== Supplied data ==
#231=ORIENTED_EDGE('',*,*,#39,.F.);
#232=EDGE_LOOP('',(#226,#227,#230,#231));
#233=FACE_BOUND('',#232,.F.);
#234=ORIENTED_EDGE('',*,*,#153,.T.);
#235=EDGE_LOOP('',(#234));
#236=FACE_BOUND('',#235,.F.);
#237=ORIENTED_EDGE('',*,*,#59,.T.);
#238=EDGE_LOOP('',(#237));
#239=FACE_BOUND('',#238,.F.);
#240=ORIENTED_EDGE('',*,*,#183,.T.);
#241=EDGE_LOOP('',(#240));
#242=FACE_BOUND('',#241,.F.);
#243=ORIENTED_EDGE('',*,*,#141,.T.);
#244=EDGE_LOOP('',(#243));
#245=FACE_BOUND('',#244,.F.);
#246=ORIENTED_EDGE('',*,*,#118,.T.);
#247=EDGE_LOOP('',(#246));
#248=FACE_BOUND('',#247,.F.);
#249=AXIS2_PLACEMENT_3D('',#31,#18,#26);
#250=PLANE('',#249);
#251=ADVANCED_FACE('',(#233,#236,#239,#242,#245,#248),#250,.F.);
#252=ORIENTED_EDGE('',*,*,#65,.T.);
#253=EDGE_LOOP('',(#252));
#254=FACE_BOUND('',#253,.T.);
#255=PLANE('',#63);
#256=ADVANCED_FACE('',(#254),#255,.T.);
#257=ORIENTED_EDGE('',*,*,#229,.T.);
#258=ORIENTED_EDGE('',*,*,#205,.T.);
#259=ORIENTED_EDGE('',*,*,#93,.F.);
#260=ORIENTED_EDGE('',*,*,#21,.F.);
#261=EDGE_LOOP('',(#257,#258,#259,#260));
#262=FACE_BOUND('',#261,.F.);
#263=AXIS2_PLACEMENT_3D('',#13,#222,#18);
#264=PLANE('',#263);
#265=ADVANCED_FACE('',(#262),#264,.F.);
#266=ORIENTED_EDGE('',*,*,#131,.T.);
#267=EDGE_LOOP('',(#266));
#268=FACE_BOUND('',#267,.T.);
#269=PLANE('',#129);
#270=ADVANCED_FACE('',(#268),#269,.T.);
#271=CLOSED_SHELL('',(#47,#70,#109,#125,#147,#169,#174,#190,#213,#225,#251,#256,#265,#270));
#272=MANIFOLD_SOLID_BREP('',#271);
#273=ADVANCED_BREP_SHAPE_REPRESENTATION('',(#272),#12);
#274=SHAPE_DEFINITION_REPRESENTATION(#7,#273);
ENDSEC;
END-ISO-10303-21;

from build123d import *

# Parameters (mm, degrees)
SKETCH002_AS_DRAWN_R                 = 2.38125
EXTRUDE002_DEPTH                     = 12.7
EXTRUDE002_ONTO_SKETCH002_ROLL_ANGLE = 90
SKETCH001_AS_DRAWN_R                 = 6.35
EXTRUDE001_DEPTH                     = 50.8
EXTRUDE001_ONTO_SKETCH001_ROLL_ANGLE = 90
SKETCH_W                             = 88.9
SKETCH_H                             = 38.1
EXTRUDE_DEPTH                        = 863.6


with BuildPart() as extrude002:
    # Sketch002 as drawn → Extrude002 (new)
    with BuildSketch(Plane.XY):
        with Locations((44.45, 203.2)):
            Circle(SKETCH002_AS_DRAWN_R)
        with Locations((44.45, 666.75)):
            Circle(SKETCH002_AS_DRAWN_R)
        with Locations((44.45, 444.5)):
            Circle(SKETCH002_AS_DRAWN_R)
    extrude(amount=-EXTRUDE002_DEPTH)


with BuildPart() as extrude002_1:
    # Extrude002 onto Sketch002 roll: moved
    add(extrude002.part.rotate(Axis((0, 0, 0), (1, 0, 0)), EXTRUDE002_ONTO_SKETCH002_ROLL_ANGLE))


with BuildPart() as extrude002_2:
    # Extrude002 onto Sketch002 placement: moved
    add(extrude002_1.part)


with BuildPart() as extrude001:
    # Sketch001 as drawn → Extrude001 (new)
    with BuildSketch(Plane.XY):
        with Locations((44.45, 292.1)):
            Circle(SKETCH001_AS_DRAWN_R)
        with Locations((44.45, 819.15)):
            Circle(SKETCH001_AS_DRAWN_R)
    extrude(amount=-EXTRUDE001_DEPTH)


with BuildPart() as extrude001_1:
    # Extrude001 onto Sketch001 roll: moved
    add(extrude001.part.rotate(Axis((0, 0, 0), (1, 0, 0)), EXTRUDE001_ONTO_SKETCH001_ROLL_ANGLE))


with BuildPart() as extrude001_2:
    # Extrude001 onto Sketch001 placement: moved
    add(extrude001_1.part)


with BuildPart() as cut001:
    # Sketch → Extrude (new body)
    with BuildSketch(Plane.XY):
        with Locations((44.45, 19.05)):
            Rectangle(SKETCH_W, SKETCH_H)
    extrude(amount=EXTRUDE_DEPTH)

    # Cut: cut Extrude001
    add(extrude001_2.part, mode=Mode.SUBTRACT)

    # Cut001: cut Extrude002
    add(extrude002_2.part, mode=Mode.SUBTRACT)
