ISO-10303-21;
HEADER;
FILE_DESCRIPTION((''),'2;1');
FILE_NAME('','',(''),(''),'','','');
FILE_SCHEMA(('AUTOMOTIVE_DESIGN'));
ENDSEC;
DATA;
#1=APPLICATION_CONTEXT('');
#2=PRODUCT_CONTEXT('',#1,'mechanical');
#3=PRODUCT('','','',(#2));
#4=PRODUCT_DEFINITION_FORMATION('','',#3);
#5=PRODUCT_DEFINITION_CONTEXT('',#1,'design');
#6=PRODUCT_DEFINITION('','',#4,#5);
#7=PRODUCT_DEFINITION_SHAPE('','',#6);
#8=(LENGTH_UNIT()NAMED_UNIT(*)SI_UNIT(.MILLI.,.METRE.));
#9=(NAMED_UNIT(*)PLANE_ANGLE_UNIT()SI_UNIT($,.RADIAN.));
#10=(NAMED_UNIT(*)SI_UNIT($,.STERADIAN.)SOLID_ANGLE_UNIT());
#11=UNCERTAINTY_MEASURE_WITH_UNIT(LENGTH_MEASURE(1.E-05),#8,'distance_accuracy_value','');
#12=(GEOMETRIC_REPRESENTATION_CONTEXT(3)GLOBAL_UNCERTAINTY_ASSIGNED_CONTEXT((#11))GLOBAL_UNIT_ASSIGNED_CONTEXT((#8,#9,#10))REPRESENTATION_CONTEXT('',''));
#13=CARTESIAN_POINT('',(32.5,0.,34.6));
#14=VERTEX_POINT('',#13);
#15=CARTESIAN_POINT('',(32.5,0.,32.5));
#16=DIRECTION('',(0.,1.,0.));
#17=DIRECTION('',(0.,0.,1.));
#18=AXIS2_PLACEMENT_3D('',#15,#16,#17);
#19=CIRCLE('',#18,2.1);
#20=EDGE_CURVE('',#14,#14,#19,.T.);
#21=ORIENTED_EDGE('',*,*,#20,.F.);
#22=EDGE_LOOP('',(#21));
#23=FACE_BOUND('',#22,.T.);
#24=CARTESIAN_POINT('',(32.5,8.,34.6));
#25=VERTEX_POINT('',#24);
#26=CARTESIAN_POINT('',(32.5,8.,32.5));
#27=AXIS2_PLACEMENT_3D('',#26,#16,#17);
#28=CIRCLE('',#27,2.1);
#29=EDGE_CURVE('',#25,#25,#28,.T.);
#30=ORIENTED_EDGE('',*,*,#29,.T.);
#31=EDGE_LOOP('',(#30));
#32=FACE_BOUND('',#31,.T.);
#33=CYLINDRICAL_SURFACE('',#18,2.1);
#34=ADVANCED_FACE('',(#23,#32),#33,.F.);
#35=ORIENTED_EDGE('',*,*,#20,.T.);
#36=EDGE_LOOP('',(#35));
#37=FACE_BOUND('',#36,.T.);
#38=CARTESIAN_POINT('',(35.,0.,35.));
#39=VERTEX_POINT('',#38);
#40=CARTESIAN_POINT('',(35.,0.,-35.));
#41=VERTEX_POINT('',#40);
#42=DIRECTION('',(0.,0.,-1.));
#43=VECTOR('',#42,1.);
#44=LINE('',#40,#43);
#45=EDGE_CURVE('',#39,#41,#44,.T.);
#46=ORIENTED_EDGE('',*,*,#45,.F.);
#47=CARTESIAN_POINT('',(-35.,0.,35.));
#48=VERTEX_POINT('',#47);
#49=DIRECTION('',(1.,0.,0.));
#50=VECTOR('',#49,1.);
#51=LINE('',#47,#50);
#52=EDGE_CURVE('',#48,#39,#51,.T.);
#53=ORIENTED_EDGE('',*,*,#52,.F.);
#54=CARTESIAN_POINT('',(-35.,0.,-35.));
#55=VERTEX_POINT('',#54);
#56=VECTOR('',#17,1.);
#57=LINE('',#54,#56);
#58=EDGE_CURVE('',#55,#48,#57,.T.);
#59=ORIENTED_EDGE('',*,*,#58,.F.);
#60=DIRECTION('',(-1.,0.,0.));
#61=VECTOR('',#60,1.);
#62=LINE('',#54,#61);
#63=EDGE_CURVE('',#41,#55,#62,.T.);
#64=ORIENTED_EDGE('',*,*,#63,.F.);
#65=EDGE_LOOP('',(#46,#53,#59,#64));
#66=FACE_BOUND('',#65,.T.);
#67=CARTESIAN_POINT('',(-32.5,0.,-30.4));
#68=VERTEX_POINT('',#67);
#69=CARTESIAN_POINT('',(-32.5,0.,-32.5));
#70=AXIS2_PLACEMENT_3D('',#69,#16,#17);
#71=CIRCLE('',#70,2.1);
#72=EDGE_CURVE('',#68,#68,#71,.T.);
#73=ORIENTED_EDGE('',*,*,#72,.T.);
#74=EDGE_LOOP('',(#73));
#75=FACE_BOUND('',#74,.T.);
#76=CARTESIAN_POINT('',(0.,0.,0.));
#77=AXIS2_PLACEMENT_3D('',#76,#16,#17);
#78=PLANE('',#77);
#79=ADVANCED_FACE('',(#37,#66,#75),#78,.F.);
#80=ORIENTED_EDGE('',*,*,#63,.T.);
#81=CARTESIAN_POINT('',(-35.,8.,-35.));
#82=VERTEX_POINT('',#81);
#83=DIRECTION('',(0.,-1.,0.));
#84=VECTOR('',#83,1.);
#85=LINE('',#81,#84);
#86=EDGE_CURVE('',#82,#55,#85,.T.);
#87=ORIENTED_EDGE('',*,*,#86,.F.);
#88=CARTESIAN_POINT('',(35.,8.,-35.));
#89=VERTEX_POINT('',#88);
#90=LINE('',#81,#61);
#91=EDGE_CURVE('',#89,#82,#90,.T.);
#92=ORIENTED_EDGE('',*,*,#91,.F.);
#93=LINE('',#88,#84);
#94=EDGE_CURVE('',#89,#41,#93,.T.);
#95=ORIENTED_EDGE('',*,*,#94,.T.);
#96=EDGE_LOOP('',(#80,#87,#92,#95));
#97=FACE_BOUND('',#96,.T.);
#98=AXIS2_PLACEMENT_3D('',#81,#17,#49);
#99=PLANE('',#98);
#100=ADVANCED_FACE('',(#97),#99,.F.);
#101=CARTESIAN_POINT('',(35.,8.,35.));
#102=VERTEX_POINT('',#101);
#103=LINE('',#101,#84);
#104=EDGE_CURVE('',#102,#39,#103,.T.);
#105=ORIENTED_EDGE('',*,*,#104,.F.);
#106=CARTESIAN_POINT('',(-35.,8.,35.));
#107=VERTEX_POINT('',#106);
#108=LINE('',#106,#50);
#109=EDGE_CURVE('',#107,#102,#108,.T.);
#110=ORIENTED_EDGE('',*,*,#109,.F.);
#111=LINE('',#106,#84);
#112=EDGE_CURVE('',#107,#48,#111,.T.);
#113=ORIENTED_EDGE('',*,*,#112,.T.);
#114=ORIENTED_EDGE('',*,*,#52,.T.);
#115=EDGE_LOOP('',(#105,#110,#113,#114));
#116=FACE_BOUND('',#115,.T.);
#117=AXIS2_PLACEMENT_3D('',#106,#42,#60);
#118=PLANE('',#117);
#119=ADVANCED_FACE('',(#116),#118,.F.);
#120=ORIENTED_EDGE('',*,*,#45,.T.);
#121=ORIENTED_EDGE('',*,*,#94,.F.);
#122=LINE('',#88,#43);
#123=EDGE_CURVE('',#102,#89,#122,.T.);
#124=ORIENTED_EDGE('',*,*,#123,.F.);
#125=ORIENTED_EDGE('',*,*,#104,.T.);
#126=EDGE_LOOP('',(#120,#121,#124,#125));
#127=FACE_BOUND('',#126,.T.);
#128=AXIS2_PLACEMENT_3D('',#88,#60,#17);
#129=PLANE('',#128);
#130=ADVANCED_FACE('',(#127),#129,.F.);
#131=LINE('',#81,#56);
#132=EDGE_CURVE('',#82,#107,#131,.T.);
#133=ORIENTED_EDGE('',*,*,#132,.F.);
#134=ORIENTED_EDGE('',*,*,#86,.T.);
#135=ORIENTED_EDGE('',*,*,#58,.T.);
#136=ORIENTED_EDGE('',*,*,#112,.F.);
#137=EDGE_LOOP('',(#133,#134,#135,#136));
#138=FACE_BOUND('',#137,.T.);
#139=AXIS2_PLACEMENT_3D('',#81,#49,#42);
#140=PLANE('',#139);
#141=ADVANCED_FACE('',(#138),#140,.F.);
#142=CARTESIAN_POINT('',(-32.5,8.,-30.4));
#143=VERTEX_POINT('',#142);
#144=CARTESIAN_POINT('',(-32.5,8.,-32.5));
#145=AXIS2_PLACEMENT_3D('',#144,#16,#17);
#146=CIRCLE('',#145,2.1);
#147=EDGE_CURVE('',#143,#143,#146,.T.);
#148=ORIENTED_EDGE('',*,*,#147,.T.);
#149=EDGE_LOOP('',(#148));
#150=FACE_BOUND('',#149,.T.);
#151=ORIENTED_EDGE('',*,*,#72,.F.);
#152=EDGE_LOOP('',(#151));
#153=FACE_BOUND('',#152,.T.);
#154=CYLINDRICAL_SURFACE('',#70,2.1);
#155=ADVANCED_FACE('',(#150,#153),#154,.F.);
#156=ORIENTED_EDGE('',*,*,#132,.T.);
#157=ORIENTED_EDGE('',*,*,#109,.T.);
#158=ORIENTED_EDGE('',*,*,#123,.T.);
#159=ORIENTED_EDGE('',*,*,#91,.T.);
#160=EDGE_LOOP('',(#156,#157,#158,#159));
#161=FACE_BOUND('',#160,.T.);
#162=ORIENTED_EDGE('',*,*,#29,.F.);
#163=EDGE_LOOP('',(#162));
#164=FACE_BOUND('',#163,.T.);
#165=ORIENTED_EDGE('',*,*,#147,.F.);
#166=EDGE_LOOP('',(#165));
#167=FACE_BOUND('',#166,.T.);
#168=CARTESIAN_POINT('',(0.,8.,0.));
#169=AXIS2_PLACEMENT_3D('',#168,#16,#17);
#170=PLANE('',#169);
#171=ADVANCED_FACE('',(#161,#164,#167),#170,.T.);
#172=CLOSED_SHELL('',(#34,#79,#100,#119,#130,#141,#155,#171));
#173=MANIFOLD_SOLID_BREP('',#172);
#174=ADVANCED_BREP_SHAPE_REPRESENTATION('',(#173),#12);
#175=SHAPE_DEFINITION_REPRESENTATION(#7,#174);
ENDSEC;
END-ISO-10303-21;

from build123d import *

# Parameters (mm, degrees)
SKETCH_1_W          = 70
SKETCH_1_H          = 70
EXTRUDE_1_DEPTH     = 8
SKETCH_2_R          = 2.1
CUT_EXTRUDE_1_DEPTH = 8


with BuildPart() as part:
    # 草图1 → 凸台-拉伸1 (new body)
    with BuildSketch(Plane(origin=(0, 0, 0), x_dir=(1, 0, 0), z_dir=(0, 1, 0))):
        Rectangle(SKETCH_1_W, SKETCH_1_H)
    extrude(amount=EXTRUDE_1_DEPTH)

    # 草图2 → 切除-拉伸1 (cut)
    with BuildSketch(Plane(origin=(0, 8, 0), x_dir=(1, 0, 0), z_dir=(0, 1, 0))):
        with Locations(Location((-32.5, 32.5, 0), (0, 0, 270))):
            Circle(SKETCH_2_R)
        with Locations(Location((32.5, -32.5, 0), (0, 0, 270))):
            Circle(SKETCH_2_R)
    extrude(amount=-CUT_EXTRUDE_1_DEPTH, mode=Mode.SUBTRACT)


solid = part.part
===
> What is being asked: Transcribe the material exactly, stopping after the "#254=FACE_BOUND('',#253,.T.);" line.

> Completed exercise:
#231=ORIENTED_EDGE('',*,*,#39,.F.);
#232=EDGE_LOOP('',(#226,#227,#230,#231));
#233=FACE_BOUND('',#232,.F.);
#234=ORIENTED_EDGE('',*,*,#153,.T.);
#235=EDGE_LOOP('',(#234));
#236=FACE_BOUND('',#235,.F.);
#237=ORIENTED_EDGE('',*,*,#59,.T.);
#238=EDGE_LOOP('',(#237));
#239=FACE_BOUND('',#238,.F.);
#240=ORIENTED_EDGE('',*,*,#183,.T.);
#241=EDGE_LOOP('',(#240));
#242=FACE_BOUND('',#241,.F.);
#243=ORIENTED_EDGE('',*,*,#141,.T.);
#244=EDGE_LOOP('',(#243));
#245=FACE_BOUND('',#244,.F.);
#246=ORIENTED_EDGE('',*,*,#118,.T.);
#247=EDGE_LOOP('',(#246));
#248=FACE_BOUND('',#247,.F.);
#249=AXIS2_PLACEMENT_3D('',#31,#18,#26);
#250=PLANE('',#249);
#251=ADVANCED_FACE('',(#233,#236,#239,#242,#245,#248),#250,.F.);
#252=ORIENTED_EDGE('',*,*,#65,.T.);
#253=EDGE_LOOP('',(#252));
#254=FACE_BOUND('',#253,.T.);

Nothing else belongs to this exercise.